** Opening Given data block **

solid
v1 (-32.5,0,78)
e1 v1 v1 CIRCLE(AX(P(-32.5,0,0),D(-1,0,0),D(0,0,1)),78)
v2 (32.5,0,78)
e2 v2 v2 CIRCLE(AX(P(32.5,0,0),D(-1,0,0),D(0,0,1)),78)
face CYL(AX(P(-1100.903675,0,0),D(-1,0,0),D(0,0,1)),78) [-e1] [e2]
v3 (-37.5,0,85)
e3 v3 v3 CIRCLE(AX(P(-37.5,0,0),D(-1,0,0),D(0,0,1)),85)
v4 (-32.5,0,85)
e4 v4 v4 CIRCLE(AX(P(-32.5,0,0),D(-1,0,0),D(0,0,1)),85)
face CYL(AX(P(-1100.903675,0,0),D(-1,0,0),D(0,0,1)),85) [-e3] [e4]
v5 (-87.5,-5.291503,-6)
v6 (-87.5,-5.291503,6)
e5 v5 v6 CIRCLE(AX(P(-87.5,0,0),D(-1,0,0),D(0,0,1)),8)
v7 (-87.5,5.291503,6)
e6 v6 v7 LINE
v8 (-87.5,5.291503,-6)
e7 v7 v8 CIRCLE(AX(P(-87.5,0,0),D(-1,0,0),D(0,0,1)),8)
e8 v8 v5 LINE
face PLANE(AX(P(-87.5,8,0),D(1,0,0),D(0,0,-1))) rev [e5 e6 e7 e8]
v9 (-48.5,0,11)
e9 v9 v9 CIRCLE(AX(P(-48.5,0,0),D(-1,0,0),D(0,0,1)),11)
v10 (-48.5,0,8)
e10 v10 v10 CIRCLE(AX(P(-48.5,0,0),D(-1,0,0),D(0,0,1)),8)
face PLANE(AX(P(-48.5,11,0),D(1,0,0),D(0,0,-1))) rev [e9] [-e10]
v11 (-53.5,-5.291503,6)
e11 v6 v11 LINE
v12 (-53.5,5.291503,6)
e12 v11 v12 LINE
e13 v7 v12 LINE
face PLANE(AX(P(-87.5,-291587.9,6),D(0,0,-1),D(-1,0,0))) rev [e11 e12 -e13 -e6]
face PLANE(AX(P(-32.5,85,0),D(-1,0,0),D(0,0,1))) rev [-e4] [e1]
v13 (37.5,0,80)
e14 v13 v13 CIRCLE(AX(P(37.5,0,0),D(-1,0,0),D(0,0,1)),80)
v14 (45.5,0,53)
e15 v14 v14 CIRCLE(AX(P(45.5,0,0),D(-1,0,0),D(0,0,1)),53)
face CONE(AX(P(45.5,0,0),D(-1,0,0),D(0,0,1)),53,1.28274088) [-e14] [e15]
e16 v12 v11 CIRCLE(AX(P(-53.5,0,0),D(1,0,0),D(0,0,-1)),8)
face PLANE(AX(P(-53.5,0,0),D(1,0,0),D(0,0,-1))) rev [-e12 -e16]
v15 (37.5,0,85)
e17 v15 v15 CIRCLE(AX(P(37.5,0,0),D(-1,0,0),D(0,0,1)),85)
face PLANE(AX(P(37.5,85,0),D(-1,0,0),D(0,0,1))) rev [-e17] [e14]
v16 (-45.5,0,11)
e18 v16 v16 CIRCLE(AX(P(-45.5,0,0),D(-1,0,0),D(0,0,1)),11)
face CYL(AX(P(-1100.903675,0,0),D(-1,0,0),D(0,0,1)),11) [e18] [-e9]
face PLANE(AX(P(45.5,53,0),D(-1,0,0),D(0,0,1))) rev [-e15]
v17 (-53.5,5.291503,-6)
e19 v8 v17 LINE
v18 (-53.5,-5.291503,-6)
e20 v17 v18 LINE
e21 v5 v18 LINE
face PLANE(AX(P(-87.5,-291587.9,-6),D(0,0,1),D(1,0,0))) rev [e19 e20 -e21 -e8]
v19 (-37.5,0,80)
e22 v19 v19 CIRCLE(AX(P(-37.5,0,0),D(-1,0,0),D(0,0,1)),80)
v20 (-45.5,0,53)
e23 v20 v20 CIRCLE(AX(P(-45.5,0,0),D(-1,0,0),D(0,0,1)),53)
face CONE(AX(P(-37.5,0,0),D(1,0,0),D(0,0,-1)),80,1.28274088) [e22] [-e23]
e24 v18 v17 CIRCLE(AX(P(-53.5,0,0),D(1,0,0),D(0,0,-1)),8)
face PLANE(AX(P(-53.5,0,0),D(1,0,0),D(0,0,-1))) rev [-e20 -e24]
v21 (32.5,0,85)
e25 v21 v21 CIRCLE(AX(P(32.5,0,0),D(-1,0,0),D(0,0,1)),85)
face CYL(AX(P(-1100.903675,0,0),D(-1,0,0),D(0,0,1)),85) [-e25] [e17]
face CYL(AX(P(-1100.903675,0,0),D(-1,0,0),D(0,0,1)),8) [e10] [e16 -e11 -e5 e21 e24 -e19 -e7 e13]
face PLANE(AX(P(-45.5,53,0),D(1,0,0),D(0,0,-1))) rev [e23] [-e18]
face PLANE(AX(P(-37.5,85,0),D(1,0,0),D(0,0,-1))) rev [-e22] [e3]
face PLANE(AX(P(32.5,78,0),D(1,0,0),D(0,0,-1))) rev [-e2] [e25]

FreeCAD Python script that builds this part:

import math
import FreeCAD as App
import Part
import Sketcher
from FreeCAD import Vector
Q = App.Units.Quantity

doc = App.newDocument("Part")
params = doc.addObject("Spreadsheet::Sheet", "Params")
for row, (alias, value) in enumerate([
    ("sketch1_width", "5 mm"),
    ("sketch1_width2", "65 mm"),
    ("sketch1_width3", "3 mm"),
    ("sketch1_width4", "39 mm"),
    ("sketch1_width5", "175 mm"),
    ("revolution_angle", "360 deg"),
    ("sketch2_radius", "8 mm"),
    ("sketch3_radius", "8 mm"),
    ("sketch4_diameter", "106 mm"),
    ("pocket3_length", "42 mm"),
], start=1):
    params.set(f"A{row}", alias)
    params.set(f"B{row}", "=" + value)
    params.setAlias(f"B{row}", alias)

body = doc.addObject("PartDesign::Body", "Body")

sketch1 = doc.addObject("Sketcher::SketchObject", "Sketch")
body.addObject(sketch1)
sketch1.AttachmentSupport = (doc.XY_Plane, [""])
sketch1.MapMode = "FlatFace"
sketch1.addGeometry(Part.LineSegment(Vector(37.5, 85, 0), Vector(32.5, 85, 0)), False)
sketch1.addGeometry(Part.LineSegment(Vector(32.5, 85, 0), Vector(32.5, 78, 0)), False)
sketch1.addGeometry(Part.LineSegment(Vector(32.5, 78, 0), Vector(-32.5, 78, 0)), False)
sketch1.addGeometry(Part.LineSegment(Vector(-32.5, 78, 0), Vector(-32.5, 85, 0)), False)
sketch1.addGeometry(Part.LineSegment(Vector(-32.5, 85, 0), Vector(-37.5, 85, 0)), False)
sketch1.addGeometry(Part.LineSegment(Vector(-37.5, 85, 0), Vector(-37.5, 80, 0)), False)
sketch1.addGeometry(Part.LineSegment(Vector(-37.5, 80, 0), Vector(-45.5, 53, 0)), False)
sketch1.addGeometry(Part.LineSegment(Vector(-45.5, 53, 0), Vector(-45.5, 11, 0)), False)
sketch1.addGeometry(Part.LineSegment(Vector(-45.5, 11, 0), Vector(-48.5, 11, 0)), False)
sketch1.addGeometry(Part.LineSegment(Vector(-48.5, 11, 0), Vector(-48.5, 8, 0)), False)
sketch1.addGeometry(Part.LineSegment(Vector(-48.5, 8, 0), Vector(-87.5, 8, 0)), False)
sketch1.addGeometry(Part.LineSegment(Vector(-87.5, 8, 0), Vector(-87.5, 0, 0)), False)
sketch1.addGeometry(Part.LineSegment(Vector(-87.5, 0, 0), Vector(87.5, 0, 0)), False)
sketch1.addGeometry(Part.LineSegment(Vector(87.5, 0, 0), Vector(87.5, 8, 0)), False)
sketch1.addGeometry(Part.LineSegment(Vector(87.5, 8, 0), Vector(48.5, 8, 0)), False)
sketch1.addGeometry(Part.LineSegment(Vector(48.5, 8, 0), Vector(48.5, 11, 0)), False)
sketch1.addGeometry(Part.LineSegment(Vector(48.5, 11, 0), Vector(45.5, 11, 0)), False)
sketch1.addGeometry(Part.LineSegment(Vector(45.5, 11, 0), Vector(45.5, 53, 0)), False)
sketch1.addGeometry(Part.LineSegment(Vector(45.5, 53, 0), Vector(37.5, 80, 0)), False)
sketch1.addGeometry(Part.LineSegment(Vector(37.5, 80, 0), Vector(37.5, 85, 0)), False)
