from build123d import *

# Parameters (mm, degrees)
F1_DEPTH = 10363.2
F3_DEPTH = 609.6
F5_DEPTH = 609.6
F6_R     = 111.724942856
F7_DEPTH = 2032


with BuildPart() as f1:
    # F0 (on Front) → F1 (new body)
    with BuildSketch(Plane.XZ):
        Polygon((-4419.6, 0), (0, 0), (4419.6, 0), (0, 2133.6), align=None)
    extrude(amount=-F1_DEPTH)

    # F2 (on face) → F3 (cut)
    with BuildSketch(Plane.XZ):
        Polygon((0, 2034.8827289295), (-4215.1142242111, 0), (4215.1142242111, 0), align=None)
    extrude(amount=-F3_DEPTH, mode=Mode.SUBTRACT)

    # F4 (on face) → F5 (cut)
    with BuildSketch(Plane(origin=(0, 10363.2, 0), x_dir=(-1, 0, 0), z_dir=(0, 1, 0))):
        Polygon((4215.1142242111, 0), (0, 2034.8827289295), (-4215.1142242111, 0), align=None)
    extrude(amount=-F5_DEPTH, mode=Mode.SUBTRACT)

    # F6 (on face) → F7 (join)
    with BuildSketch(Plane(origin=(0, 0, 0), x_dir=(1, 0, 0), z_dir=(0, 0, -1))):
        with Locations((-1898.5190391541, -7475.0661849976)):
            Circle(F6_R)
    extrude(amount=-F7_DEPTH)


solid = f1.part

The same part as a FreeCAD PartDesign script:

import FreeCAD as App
import Part
import Sketcher
from FreeCAD import Vector
Q = App.Units.Quantity


def add_polygon(sketch, points):
    """Adds a closed chain of lines whose ends are joined by coincident constraints."""
    first, n = sketch.GeometryCount, len(points)
    for a, b in zip(points, points[1:] + points[:1]):
        sketch.addGeometry(Part.LineSegment(App.Vector(*a, 0), App.Vector(*b, 0)), False)
    for i in range(n):
        sketch.addConstraint(Sketcher.Constraint("Coincident", first + i, 2, first + (i + 1) % n, 1))

doc = App.newDocument("Part")
params = doc.addObject("Spreadsheet::Sheet", "Params")
for row, (alias, value) in enumerate([
    ("sketch1_width", "348 in"),
    ("pad1_length", "408 in"),
    ("pocket1_length", "24 in"),
    ("pocket2_length", "24 in"),
    ("pad2_length", "80 in"),
], start=1):
    params.set(f"A{row}", alias)
    params.set(f"B{row}", "=" + value)
    params.setAlias(f"B{row}", alias)

body = doc.addObject("PartDesign::Body", "Body")

sketch1 = body.newObject("Sketcher::SketchObject", "Sketch")
sketch1.AttachmentSupport = (doc.getObject("XZ_Plane"), [""])
sketch1.MapMode = "FlatFace"
add_polygon(sketch1, [(-4420, 0), (4420, 0), (0, 2134)])
sketch1.addConstraint([
    Sketcher.Constraint("Horizontal", 0),
    Sketcher.Constraint("Symmetric", 0, 2, 2, 2, -1, 1),
    Sketcher.Constraint("PointOnObject", 1, 2, -2),
    Sketcher.Constraint("DistanceX", 0, 1, 0, 2, Q("348 in")),
    Sketcher.Constraint("DistanceY", -1, 1, 1, 2, Q("84 in")),
])
sketch1.setExpression("Constraints[6]", "Params.sketch1_width")
pad1 = body.newObject("PartDesign::Pad", "Pad")
pad1.Profile = sketch1
pad1.setExpression("Length", "Params.pad1_length")
pad1.Reversed = True

sketch2 = body.newObject("Sketcher::SketchObject", "Sketch001")
sketch2.AttachmentSupport = (doc.getObject("XZ_Plane"), [""])
sketch2.MapMode = "FlatFace"
add_polygon(sketch2, [(0, 2035), (-4215, 0), (4215, 0)])
sketch2.addConstraint([
    Sketcher.Constraint("Horizontal", 1),
    Sketcher.Constraint("Symmetric", 0, 2, 1, 2, -1, 1),
    Sketcher.Constraint("PointOnObject", 2, 2, -2),
    Sketcher.Constraint("DistanceX", 1, 1, 1, 2, 8430.228448),
    Sketcher.Constraint("DistanceY", -1, 1, 2, 2, 2034.882729),
])
pocket1 = body.newObject("PartDesign::Pocket", "Pocket")
pocket1.Profile = sketch2
pocket1.setExpression("Length", "Params.pocket1_length")

sketch3 = body.newObject("Sketcher::SketchObject", "Sketch002")
sketch3.AttachmentSupport = (doc.getObject("XZ_Plane"), [""])
sketch3.MapMode = "FlatFace"
sketch3.AttachmentOffset = App.Placement(Vector(0, 0, -408 * 25.4), App.Rotation())
add_polygon(sketch3, [(-4215, 0), (0, 2035), (4215, 0)])
sketch3.addConstraint([
    Sketcher.Constraint("Horizontal", 2),
    Sketcher.Constraint("Symmetric", 1, 2, 2, 2, -1, 1),
    Sketcher.Constraint("PointOnObject", 0, 2, -2),
    Sketcher.Constraint("DistanceX", 2, 2, 2, 1, 8430.228448),
    Sketcher.Constraint("DistanceY", -1, 1, 0, 2, 2034.882729),
])
pocket2 = body.newObject("PartDesign::Pocket", "Pocket001")
pocket2.Profile = sketch3
pocket2.setExpression("Length", "Params.pocket2_length")
pocket2.Reversed = True

sketch4 = body.newObject("Sketcher::SketchObject", "Sketch003")
sketch4.AttachmentSupport = (doc.getObject("XY_Plane"), [""])
sketch4.MapMode = "FlatFace"
sketch4.addGeometry(Part.Circle(Vector(-1899, 7475, 0), Vector(0, 0, 1), 112), False)
sketch4.addConstraint([
    Sketcher.Constraint("Diameter", 0, 223.449886),
    Sketcher.Constraint("DistanceX", 0, 3, -1, 1, 1898.519039),
    Sketcher.Constraint("DistanceY", -1, 1, 0, 3, 7475.066185),
])
pad2 = body.newObject("PartDesign::Pad", "Pad001")
pad2.Profile = sketch4
pad2.setExpression("Length", "Params.pad2_length")

doc.recompute()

** Closing Given data block **

*Task goal*
The answer must consist of each line from the data that includes the string "SUBTRACT".

*Solution for this problem*
    extrude(amount=-F3_DEPTH, mode=Mode.SUBTRACT)
    extrude(amount=-F5_DEPTH, mode=Mode.SUBTRACT)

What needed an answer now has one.